All eyes will be on the economics cluster, where change is rumored.

Quick policy wins

Many promises have been made, but not kept.

In February, the president spoke about reducing the cost of doing business in SA. How will this be practically executed? The World Bank’s 2018 Doing Business Report placed South Africa 82nd out of 190 economies (compared to a ranking of 32nd in 2010). Improving on the performance in terms of the criteria used by the World Bank for the score — including ease of starting a business, dealing with permits, getting credit and enforcing contracts —should be a priority.

Ramaphosa also promised to accelerate the licensing of the high demand radio frequency spectrum. While some progress has been made as far as the policy goes, the government’s instinctive urge to control this valuable spectrum is hampering progress.

Similarly, simplifying SA’s visa regime has apparently been prioritised, but appears to have been stalled by the director-general at Home Affairs.

“South Africa is losing ground against the rest of Africa and other emerging tourist destinations, that is evident in the stats,” says Dykes. “Making SA an attractive tourist destination is such low-hanging fruit all you have to do is open your mouth. Where is the progress?”

Ramaphosa also promised to review the configuration, number and size of national government departments.

“Cutting down the size of government would send a powerful signal that the president is determined to implement reforms,” says Dykes.

Fighting Corruption

Investors — both local and foreign — will take heart when there is decisive and visible action against corruption, whether led by the private sector, such as Steinhoff and VBS Bank, or by the public sector.

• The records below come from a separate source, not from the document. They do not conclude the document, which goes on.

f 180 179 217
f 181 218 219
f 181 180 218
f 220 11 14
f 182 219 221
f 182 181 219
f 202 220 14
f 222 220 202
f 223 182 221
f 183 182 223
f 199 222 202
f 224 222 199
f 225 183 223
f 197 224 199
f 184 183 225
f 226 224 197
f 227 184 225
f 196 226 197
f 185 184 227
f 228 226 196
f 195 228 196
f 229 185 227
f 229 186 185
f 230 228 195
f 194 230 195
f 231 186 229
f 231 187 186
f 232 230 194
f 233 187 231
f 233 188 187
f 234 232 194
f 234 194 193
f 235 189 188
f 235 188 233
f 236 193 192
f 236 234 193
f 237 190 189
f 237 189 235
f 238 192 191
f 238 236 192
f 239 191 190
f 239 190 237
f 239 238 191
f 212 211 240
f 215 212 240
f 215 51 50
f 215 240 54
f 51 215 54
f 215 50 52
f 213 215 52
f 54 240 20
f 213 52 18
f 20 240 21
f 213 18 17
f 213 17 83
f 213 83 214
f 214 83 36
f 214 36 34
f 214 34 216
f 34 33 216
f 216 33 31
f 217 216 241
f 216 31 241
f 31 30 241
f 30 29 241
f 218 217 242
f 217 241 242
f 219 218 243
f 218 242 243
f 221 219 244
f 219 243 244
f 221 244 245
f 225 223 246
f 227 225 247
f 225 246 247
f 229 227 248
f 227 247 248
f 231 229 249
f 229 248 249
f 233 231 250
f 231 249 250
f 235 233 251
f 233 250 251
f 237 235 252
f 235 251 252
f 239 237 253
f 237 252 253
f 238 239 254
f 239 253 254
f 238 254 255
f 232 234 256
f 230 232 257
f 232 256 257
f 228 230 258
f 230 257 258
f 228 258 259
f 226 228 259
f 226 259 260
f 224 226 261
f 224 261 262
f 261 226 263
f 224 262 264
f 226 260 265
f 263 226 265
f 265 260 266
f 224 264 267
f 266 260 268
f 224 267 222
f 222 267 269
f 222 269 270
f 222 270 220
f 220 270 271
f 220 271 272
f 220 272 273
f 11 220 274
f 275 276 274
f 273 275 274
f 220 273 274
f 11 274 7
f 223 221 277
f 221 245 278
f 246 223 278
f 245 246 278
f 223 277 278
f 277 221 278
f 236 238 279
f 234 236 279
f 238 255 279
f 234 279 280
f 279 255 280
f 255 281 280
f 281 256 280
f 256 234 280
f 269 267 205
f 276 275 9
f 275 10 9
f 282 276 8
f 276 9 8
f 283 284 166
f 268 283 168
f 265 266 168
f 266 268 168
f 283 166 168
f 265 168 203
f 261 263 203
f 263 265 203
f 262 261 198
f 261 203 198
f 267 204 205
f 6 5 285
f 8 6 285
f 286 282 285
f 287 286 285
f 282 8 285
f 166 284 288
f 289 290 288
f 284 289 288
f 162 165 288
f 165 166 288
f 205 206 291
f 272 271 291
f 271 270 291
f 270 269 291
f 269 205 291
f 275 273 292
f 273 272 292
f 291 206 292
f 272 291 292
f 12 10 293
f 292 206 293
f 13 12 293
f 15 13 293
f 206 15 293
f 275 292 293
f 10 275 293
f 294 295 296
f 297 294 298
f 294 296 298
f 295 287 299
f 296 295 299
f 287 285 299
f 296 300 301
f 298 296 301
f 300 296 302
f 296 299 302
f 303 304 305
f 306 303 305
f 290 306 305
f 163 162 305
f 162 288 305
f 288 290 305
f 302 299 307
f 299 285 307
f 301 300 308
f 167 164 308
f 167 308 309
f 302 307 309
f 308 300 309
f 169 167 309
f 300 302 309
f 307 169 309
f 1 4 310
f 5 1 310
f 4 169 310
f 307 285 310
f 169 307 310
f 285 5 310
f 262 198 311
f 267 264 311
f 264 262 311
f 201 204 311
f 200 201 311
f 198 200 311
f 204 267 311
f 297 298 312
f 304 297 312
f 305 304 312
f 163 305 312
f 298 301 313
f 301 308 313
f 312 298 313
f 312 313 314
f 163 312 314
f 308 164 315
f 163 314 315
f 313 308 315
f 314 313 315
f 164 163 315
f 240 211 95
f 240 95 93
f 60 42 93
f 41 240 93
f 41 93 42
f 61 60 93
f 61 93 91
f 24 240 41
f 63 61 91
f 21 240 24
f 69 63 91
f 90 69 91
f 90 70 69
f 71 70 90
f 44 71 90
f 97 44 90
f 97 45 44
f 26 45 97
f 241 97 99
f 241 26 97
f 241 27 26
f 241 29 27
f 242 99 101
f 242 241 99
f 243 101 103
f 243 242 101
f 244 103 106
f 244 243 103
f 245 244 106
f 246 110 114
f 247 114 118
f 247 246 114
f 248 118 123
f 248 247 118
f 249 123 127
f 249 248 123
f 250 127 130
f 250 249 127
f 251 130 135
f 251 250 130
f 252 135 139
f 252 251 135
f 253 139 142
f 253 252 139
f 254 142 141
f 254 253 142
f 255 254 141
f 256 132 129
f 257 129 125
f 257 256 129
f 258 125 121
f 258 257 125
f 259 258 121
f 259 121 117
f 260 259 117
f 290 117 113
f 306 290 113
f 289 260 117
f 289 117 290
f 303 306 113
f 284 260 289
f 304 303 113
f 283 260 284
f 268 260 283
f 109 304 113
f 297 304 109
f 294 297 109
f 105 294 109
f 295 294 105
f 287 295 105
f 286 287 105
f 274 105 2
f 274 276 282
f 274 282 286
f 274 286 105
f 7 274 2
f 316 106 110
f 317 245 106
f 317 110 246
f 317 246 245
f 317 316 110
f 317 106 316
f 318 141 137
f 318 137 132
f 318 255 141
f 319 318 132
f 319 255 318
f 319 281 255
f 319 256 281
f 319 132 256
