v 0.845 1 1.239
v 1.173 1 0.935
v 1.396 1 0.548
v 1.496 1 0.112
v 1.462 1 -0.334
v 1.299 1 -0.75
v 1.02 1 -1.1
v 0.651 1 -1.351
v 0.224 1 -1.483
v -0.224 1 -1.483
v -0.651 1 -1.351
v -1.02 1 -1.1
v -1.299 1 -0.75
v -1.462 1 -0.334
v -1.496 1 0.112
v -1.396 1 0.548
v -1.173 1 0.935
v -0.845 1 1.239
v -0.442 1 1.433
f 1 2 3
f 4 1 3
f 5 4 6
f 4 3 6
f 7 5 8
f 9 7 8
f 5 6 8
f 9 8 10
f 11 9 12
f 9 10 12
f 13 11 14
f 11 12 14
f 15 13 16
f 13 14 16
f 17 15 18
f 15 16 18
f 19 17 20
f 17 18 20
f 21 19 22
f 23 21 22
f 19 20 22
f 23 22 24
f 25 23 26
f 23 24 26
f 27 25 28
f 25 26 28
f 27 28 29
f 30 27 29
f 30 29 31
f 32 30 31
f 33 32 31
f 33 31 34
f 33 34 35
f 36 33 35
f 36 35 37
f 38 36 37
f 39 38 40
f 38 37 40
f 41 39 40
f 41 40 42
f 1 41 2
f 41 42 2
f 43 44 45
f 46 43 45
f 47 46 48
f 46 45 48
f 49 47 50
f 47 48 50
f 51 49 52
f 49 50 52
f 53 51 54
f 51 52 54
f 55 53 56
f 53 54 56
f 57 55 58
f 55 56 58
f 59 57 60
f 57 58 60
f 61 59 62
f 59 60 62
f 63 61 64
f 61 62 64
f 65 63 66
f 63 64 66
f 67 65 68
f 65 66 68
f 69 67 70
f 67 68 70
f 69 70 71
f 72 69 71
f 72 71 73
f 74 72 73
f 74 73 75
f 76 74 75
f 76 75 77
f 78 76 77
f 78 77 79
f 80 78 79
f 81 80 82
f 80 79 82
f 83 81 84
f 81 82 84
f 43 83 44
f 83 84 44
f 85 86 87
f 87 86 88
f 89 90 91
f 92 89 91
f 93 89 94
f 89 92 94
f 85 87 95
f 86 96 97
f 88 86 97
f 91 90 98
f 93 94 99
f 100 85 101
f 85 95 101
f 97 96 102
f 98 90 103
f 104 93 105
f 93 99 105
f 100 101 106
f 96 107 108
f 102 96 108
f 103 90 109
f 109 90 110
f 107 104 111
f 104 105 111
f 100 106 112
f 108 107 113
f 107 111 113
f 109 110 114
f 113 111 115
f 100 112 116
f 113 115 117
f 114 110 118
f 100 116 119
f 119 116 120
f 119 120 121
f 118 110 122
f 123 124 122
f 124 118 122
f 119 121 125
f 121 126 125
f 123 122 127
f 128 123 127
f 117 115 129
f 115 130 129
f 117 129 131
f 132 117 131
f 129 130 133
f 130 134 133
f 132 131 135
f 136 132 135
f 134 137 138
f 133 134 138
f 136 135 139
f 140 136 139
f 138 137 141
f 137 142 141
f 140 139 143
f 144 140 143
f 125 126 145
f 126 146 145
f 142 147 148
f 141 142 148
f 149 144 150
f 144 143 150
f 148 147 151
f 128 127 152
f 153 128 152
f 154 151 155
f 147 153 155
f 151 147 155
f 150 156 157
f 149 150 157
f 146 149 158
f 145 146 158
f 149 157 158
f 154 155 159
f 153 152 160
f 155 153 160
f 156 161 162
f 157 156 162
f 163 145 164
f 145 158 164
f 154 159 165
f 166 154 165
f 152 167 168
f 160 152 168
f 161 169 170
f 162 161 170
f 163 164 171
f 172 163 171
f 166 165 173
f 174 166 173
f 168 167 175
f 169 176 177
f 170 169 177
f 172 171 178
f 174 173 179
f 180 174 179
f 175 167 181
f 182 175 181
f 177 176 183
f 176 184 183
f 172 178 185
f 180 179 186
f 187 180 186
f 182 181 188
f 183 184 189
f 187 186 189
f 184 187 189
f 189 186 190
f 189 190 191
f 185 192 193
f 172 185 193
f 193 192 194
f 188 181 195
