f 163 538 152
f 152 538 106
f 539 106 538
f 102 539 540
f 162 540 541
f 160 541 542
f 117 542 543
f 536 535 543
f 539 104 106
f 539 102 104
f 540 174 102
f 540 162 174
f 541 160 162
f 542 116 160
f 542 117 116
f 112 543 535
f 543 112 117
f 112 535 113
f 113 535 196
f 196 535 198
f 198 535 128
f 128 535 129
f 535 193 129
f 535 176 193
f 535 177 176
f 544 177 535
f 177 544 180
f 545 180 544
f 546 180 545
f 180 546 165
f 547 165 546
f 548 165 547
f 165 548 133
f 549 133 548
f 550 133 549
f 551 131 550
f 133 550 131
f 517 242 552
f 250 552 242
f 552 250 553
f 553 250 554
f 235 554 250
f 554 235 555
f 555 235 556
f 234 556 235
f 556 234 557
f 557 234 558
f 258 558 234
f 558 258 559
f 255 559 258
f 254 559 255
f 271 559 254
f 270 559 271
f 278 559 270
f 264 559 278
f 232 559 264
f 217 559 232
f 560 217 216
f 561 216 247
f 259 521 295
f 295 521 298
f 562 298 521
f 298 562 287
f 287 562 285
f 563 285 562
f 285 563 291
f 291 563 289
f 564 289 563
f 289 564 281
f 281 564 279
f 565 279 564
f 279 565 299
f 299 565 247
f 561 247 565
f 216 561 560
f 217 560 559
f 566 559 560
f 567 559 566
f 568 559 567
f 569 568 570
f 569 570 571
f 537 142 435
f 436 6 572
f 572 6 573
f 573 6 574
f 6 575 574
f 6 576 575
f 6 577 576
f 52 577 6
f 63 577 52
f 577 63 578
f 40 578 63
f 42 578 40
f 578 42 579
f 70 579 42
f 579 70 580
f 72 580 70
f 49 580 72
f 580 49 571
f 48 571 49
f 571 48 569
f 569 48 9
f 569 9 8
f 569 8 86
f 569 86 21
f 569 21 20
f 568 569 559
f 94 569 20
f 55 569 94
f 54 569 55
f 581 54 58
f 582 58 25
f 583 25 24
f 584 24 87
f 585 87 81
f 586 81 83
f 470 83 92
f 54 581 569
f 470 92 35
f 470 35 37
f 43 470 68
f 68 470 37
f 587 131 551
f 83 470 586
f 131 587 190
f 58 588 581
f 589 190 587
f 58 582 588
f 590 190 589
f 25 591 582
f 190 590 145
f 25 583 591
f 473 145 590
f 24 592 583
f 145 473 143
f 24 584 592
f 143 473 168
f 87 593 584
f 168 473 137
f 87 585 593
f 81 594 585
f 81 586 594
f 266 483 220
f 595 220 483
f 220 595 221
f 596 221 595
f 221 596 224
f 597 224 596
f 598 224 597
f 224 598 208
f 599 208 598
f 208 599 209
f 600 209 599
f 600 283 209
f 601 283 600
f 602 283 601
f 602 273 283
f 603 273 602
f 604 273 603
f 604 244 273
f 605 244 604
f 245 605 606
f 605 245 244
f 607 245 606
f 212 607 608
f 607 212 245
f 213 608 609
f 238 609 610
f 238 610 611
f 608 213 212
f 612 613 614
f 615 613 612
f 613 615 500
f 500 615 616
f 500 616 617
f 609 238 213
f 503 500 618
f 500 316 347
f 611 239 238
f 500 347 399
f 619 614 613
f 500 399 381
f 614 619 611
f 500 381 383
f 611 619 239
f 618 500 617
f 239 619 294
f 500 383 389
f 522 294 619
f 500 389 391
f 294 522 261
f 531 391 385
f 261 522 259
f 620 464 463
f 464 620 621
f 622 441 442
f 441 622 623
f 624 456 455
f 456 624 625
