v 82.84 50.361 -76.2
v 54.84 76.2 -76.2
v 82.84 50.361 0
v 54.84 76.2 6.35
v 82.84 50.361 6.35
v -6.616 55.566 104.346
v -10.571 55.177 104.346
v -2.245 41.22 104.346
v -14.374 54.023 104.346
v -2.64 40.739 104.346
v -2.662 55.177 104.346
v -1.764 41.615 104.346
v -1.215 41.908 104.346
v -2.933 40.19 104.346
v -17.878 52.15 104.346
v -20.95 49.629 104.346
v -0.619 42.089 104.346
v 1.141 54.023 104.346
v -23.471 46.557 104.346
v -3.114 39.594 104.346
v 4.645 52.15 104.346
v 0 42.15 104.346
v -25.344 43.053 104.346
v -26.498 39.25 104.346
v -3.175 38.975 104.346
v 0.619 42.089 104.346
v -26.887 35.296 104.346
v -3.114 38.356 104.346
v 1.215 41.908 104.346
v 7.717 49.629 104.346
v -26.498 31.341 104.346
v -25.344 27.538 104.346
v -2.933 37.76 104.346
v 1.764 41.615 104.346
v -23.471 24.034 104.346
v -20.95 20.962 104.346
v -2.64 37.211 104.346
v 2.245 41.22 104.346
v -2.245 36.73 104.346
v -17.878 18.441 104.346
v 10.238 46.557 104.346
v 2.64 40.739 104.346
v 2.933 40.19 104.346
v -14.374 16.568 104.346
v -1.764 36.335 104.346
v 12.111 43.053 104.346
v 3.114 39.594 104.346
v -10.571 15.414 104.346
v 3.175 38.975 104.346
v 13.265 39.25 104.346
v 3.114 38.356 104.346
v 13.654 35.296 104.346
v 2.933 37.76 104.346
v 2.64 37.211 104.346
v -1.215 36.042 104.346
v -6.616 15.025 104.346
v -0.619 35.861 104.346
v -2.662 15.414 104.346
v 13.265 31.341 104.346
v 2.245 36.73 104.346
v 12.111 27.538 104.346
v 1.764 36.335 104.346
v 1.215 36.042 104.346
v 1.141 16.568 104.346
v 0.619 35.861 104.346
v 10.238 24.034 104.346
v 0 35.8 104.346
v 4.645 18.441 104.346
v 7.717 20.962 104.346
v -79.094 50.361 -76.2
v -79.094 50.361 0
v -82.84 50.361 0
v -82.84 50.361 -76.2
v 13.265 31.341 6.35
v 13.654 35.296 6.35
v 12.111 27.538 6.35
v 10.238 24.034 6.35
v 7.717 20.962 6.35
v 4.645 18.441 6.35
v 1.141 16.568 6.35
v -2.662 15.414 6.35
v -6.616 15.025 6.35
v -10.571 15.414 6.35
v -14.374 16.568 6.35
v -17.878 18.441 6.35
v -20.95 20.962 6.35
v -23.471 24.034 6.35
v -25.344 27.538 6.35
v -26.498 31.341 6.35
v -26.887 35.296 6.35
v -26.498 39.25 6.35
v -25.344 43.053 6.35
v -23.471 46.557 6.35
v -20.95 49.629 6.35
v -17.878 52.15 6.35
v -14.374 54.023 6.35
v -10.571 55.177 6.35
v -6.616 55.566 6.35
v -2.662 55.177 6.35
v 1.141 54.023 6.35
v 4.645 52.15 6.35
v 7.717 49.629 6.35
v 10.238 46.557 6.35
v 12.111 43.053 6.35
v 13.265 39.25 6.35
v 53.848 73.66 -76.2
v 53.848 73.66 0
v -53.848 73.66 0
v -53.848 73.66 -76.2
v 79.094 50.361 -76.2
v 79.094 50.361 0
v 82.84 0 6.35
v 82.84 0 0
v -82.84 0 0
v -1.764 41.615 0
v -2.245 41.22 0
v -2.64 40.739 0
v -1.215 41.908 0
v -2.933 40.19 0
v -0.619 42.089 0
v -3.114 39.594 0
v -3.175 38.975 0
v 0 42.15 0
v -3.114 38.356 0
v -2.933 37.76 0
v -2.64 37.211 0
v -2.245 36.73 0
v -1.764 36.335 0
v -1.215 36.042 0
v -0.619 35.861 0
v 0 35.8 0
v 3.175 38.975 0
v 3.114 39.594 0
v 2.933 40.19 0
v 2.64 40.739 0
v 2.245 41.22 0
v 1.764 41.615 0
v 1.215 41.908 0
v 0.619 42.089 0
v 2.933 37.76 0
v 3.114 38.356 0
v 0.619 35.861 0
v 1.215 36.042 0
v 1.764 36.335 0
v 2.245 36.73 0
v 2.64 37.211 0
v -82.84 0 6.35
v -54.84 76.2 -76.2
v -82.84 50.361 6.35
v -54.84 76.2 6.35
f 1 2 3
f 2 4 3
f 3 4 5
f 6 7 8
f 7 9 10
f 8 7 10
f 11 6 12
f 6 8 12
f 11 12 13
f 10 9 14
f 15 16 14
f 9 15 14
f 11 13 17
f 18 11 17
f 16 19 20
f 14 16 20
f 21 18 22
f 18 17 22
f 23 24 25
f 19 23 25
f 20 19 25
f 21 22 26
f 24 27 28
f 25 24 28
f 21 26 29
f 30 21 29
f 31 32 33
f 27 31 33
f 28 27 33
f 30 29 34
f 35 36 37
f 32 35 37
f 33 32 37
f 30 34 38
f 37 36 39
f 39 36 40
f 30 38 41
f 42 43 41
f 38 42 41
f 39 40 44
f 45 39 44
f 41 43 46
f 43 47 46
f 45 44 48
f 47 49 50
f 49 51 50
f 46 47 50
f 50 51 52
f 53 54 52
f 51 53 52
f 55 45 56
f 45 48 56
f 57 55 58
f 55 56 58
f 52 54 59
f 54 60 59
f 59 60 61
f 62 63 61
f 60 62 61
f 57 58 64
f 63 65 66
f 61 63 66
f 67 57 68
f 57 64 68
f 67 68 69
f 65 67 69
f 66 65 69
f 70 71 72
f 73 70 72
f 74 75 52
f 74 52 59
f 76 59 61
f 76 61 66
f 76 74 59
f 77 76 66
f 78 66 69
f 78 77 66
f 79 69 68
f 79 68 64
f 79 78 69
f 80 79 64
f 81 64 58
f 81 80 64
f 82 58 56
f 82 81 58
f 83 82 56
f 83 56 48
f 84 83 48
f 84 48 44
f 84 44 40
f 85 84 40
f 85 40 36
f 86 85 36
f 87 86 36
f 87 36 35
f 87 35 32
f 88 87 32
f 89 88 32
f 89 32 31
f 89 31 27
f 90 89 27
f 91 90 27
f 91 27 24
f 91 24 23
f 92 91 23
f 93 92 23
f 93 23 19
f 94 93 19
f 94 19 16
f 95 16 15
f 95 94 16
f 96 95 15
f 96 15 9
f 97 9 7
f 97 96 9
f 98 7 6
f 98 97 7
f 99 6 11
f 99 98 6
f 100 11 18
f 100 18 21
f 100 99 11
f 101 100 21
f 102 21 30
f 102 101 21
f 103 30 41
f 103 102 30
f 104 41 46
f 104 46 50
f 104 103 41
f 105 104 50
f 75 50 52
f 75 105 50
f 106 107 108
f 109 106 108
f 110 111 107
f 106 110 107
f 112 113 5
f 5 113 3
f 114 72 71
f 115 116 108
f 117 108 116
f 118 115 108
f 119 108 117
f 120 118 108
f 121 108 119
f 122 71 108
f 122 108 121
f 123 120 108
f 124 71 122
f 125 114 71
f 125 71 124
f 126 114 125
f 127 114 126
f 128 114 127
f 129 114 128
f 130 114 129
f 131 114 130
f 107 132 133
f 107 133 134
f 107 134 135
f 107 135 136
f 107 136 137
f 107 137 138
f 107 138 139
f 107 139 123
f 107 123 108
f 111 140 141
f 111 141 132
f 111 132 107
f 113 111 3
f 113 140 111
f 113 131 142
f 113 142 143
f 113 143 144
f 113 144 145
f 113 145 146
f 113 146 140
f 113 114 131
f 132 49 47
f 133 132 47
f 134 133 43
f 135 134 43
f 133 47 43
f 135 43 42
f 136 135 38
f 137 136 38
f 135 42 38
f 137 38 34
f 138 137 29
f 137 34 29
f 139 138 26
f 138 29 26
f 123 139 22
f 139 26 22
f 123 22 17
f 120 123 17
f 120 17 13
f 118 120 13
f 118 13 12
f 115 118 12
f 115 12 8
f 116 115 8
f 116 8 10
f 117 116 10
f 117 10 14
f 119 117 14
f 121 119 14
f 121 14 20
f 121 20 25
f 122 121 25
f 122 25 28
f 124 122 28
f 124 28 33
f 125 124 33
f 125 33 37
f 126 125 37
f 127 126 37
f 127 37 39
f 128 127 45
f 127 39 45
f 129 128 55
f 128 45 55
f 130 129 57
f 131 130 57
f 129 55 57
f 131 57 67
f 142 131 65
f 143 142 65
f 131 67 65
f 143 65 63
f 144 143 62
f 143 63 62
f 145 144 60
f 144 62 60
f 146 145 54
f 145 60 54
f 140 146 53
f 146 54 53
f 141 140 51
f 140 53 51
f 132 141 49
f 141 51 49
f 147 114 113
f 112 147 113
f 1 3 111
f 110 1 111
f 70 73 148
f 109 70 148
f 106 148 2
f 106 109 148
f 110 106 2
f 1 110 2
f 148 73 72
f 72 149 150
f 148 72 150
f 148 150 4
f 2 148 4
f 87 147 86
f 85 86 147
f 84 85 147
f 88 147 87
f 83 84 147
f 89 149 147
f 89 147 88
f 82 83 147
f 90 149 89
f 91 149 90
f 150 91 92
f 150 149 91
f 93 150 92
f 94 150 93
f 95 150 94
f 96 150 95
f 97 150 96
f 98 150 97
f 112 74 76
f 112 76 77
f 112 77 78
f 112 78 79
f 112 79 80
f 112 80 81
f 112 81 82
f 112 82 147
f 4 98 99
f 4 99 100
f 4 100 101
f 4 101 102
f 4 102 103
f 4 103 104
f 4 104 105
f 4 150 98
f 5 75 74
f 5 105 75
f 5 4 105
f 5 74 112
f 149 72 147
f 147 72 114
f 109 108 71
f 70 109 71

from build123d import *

# Parameters (mm, degrees)
F1_DEPTH = 6.35
F3_DEPTH = 76.2
F4_R     = 20.270686
F5_DEPTH = 104.346251
F6_R     = 3.175
F7_DEPTH = 180.547251


with BuildPart() as f1:
    # F0 (on Top) → F1 (new body)
    with BuildSketch(Plane.XY):
        Polygon((-82.839586, 50.360938), (-82.839586, 0), (82.839586, 0), (82.839586, 50.360938), (54.840428, 76.2), (-54.840428, 76.2), align=None)
    extrude(amount=F1_DEPTH)

    # F2 (on face) → F3 (join)
    with BuildSketch(Plane(origin=(0, 0, 0), x_dir=(1, 0, 0), z_dir=(0, 0, -1))):
        Polygon((-54.840428, -76.2), (54.840428, -76.2), (82.839586, -50.360938), (79.094327, -50.360938), (53.847508, -73.66), (-53.847508, -73.66), (-79.094327, -50.360938), (-82.839586, -50.360938), align=None)
    extrude(amount=F3_DEPTH)

    # F4 (on face) → F5 (join)
    with BuildSketch(Plane(origin=(0, 0, 0), x_dir=(1, 0, 0), z_dir=(0, 0, -1))):
        with Locations((-6.616414, -35.295554)):
            Circle(F4_R)
    extrude(amount=-F5_DEPTH)

    # F6 (on face) → F7 (cut, through all)
    with BuildSketch(Plane.XY.offset(104.346251)):
        with Locations((0, 38.975005)):
            Circle(F6_R)
    extrude(amount=-F7_DEPTH, mode=Mode.SUBTRACT)


solid = f1.part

It is clear that leadership issues at the National Prosecuting Authority are being addressed, but questions are being asked about the government’s appetite for prosecution.

“Pushing the National Prosecuting Authority to take action is not fully within Ramaphosa’s ambit, but further capacitation would be good,” Dykes said.

“The president does not have to have a hand in the prosecutions, but he can stress the urgency by reiterating government’s commitment to take action,” said Mondi. “He could also announce the new head of the Public Investment Corporation and provide details on Eskom’s chief re-organization officer. These are all signs that he is acting against State Capture and for capacitation.”

Restructuring the economy

Restructuring the economy to support economic growth. Current ANC economic policy will not deliver the growth rates necessary to reduce unemployment and structural reform of the economy is essential.

“South Africa will never become a self-sustaining, self-help, transformational growth story within existing ANC policy frameworks,” says Madalet Sessions, portfolio manager at Denker Capital.

“Without structural reform, realistically the only thing we should expect from Ramaphosa is bureaucratic reform and reduced corruption. But even if this was the case, a more capable state would at the very least support growth.”

Structural reform means treading where angels fear to go.

Black economic empowerment rules, for instance, are complex and administratively burdensome, particularly for small business.

“The new requirements saw small businesses go from a level 2 to level 7 with the stroke of a pen,” says Dykes. “This system is complex and opaque and causes great uncertainty.”

South Africa’s economic policy is often implemented without proper analysis of the consequences. For instance, Eskom and SAA went ahead with revised procurement policies, driven by vested interests, that required higher levels of local procurement, but which drove cost structures to unsustainable levels.

There is a need for the government to implement a policy that is economically sensitive, and not just politically sensitive.

Investing is all about risk and reward. Investors will be watching the government closely to see whether it has the appetite to get this equation right. If Ramaphosa can achieve this, investors will come.